Embarrassment pierces like a hundred pinpricks.

Without question, I felt them slice into me many years ago in the stale sunlight of a late afternoon. I was a Writing Specialist at a university. I dispensed my duties with relative comfort after several years of both teaching and studying writing. Not only that, but I was the product of an interdisciplinary curriculum. I liked to think I knew a little bit about everything.

And that’s why the paper shocked me.

I reviewed the work of the history student as he sat next to me in the tutoring center, his quiet smile warm, affable, and in direct contrast to the content of his writing. He had written a research paper about the Tulsa Massacre of 1921, where white mobs, many of them deputized by local officials, murdered Black residents and destroyed Black-owned homes and businesses…a sad moment in history I knew absolutely nothing about. That is until the young undergrad slid his paper across the table to me, a guy with fancy degrees and a face few bartenders would card. After discussing the mechanics of the paper, I handed it back to the student with my eyes lowered.

“I didn’t know any of this before reading your work,” I confessed. “Thank you for teaching me.”

Once the student left, I could only sit there, flustered with my own ignorance. That’s when the words of Maya Angelou came to me: “Do the best you can until you know better.

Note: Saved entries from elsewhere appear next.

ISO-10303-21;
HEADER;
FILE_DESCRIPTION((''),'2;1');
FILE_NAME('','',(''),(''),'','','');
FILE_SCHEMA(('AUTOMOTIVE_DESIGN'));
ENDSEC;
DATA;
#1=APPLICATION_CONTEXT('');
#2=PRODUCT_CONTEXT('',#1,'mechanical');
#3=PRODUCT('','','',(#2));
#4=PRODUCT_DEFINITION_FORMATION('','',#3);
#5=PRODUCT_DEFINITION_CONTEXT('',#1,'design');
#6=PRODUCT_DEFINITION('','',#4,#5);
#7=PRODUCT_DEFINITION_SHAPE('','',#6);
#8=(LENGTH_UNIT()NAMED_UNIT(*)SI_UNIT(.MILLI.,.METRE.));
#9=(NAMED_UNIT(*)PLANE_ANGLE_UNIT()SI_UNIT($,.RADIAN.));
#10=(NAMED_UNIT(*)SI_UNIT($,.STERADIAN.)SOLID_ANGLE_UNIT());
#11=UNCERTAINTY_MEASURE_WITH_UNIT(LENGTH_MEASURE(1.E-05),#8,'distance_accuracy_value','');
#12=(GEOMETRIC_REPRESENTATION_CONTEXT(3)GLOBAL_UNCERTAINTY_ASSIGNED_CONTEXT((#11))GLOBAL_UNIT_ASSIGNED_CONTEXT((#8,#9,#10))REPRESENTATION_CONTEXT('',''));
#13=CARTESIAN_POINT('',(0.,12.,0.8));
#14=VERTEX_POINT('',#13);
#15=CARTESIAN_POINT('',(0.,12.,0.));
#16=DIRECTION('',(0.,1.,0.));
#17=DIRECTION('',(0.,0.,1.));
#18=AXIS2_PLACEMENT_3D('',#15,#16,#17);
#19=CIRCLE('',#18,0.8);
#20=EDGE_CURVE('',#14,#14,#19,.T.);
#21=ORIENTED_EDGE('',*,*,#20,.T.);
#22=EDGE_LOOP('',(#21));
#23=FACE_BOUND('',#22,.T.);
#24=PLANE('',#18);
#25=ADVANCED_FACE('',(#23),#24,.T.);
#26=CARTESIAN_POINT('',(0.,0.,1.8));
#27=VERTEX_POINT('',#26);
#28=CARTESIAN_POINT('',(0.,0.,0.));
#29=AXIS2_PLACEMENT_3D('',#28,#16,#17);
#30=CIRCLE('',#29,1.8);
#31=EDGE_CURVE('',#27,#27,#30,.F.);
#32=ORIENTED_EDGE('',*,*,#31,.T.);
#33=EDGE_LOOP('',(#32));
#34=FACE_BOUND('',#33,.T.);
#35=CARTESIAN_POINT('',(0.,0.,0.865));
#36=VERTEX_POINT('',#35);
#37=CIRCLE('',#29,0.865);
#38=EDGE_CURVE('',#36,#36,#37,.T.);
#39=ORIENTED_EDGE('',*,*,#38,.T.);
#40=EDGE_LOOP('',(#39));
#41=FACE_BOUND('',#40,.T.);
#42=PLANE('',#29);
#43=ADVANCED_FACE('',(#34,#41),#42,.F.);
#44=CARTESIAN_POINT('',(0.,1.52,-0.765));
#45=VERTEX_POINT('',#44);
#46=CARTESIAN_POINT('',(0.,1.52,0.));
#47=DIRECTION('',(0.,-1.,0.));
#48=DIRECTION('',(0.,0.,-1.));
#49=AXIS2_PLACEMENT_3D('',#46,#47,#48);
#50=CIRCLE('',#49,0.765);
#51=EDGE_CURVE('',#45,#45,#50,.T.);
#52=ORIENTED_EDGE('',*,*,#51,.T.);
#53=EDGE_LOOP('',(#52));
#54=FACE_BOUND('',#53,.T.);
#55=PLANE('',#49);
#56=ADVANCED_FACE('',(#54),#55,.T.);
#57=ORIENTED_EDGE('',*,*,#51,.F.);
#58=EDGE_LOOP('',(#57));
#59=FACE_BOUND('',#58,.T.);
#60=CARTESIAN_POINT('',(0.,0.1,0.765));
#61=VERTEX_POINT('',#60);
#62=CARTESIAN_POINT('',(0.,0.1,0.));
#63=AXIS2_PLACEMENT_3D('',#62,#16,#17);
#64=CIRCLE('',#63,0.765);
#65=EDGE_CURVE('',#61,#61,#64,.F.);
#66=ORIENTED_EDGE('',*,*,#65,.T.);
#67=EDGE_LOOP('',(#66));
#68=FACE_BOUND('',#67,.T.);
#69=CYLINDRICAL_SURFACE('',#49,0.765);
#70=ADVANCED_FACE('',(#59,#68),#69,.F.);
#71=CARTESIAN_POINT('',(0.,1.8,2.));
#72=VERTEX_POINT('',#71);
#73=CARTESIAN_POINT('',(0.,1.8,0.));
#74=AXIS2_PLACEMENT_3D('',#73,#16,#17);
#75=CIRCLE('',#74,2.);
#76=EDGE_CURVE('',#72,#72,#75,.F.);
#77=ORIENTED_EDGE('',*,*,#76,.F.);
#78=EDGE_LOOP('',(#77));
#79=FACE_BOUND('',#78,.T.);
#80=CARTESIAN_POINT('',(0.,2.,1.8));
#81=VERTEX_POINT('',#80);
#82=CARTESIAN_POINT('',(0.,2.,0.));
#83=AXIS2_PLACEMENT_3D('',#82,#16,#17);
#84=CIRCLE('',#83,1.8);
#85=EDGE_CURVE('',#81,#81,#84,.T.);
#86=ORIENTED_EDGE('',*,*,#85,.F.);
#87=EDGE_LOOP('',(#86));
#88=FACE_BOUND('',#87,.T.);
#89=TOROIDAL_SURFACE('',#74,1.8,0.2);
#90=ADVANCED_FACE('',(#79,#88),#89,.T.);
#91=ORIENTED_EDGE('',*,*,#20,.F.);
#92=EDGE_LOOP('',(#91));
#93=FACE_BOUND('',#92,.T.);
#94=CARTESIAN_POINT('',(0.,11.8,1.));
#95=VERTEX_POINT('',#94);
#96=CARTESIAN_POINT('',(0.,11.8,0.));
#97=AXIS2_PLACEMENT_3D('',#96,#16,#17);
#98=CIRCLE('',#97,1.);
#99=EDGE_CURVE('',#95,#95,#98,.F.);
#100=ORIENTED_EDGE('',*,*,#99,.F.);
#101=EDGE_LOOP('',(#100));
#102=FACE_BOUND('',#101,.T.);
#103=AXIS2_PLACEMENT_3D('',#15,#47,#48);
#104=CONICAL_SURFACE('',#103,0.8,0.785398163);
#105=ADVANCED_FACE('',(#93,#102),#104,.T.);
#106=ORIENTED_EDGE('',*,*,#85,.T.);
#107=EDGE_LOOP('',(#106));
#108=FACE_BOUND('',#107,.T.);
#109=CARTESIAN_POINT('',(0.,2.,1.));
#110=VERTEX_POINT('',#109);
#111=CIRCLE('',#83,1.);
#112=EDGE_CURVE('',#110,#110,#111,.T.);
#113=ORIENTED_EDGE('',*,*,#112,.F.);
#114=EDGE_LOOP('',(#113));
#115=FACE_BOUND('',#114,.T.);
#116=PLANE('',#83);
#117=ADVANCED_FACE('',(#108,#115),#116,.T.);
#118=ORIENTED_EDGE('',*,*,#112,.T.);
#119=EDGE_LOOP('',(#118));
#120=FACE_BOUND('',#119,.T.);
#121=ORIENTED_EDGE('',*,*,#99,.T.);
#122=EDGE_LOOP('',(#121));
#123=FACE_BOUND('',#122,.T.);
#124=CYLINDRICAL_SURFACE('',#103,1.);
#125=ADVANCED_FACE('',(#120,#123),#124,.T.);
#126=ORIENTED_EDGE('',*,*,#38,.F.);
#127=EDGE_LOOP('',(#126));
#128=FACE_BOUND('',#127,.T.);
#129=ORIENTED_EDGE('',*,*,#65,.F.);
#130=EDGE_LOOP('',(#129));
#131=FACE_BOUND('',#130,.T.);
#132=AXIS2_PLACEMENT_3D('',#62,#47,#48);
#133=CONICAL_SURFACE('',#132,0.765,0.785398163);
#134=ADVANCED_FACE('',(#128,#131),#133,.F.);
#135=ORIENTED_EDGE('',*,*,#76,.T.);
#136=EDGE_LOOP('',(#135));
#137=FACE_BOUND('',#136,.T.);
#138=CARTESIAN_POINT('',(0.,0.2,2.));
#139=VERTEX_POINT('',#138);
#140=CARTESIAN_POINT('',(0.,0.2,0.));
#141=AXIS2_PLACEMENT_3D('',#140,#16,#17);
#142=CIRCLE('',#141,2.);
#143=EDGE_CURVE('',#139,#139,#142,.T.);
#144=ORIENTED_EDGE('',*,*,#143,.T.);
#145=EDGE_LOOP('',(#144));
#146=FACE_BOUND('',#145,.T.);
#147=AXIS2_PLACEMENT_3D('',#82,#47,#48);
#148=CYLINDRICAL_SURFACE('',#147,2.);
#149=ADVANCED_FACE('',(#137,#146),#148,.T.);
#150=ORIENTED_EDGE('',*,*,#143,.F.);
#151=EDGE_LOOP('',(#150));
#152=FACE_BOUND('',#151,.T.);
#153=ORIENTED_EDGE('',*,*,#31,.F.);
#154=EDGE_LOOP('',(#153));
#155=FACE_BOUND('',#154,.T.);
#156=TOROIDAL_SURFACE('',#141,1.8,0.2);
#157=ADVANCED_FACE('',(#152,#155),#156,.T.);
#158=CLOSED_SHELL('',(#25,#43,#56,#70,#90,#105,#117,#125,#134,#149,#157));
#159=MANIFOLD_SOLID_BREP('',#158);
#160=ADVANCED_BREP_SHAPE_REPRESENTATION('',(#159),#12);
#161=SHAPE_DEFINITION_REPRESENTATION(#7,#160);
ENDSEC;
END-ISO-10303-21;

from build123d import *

# Parameters (mm, degrees)
SKETCH_2_R          = 2
EXTRUDE_1_DEPTH     = 2
SKETCH_3_R          = 1
EXTRUDE_2_DEPTH     = 10
FILLET_1_R          = 0.2
SKETCH_4_R          = 0.765
CUT_EXTRUDE_1_DEPTH = 1.52
CHAMFER_1_SIZE      = 0.1
CHAMFER_2_SIZE      = 0.2


with BuildPart() as part:
    # 草图2 → 凸台-拉伸1 (new body)
    with BuildSketch(Plane(origin=(0, 0, 0), x_dir=(1, 0, 0), z_dir=(0, 1, 0))):
        with Locations(Location((0, 0, 0), (0, 0, 270))):
            Circle(SKETCH_2_R)
    extrude(amount=EXTRUDE_1_DEPTH)

    # 草图3 → 凸台-拉伸2 (add)
    with BuildSketch(Plane(origin=(0, 2, 0), x_dir=(1, 0, 0), z_dir=(0, 1, 0))):
        with Locations(Location((0, 0, 0), (0, 0, 270))):
            Circle(SKETCH_3_R)
    extrude(amount=EXTRUDE_2_DEPTH)

    # 圆角1
    fillet_1_edges = [part.edges().sort_by_distance(p)[0] for p in [
        (0, 0, -2),
        (0, 2, -2),
    ]]
    fillet(fillet_1_edges, radius=FILLET_1_R)

    # 草图4 → 切除-拉伸1 (cut)
    with BuildSketch(Plane.XZ):
        with Locations(Location((0, 0, 0), (0, 0, 270))):
            Circle(SKETCH_4_R)
    extrude(amount=-CUT_EXTRUDE_1_DEPTH, mode=Mode.SUBTRACT)

    # 倒角1
    chamfer_1_edges = [part.edges().sort_by_distance(p)[0] for p in [
        (0, 0, 0.765),
    ]]
    chamfer(chamfer_1_edges, length=CHAMFER_1_SIZE)

    # 倒角2
    chamfer_2_edges = [part.edges().sort_by_distance(p)[0] for p in [
        (0, 12, -1),
    ]]
    chamfer(chamfer_2_edges, length=CHAMFER_2_SIZE)


solid = part.part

Then when you know better, do better.”

I find it disheartening how much of a role embarrassment has played in education over the years. When confronted with something I feel I should already know or a task I “should be able to perform at my age,” it’s sometimes hard to hold the memories back. Again I’m that kid randomly called on in a tough high school class because the teacher knew I struggled with the material and somehow thought embarrassment would serve as motivation, when all it really did was give me anxiety and shame. Again I’m that kid picked last in gym class, leaving me no other choice but to conclude that physical activity was well beyond my wheelhouse.

That’s why embarrassment is something I try to eradicate early on in my classroom. I tell students that despite my degrees with “Master” in the title, I am anything but. There will always be something we don’t know, especially as the world around us continues to change. We must therefore commit to being lifelong learners, defying our learned embarrassment when encountering a blind-spot in our knowledge or skillset, and instead developing a growth mindset that embraces curiosity.

Curiosity excites. Curiosity wants to know what’s next. Curiosity invokes those thrilling moments in grade school when we first learned the planets of the solar system or painted our first pictures. We seldom felt embarrassment because we had permission not to be experts.

We still have permission.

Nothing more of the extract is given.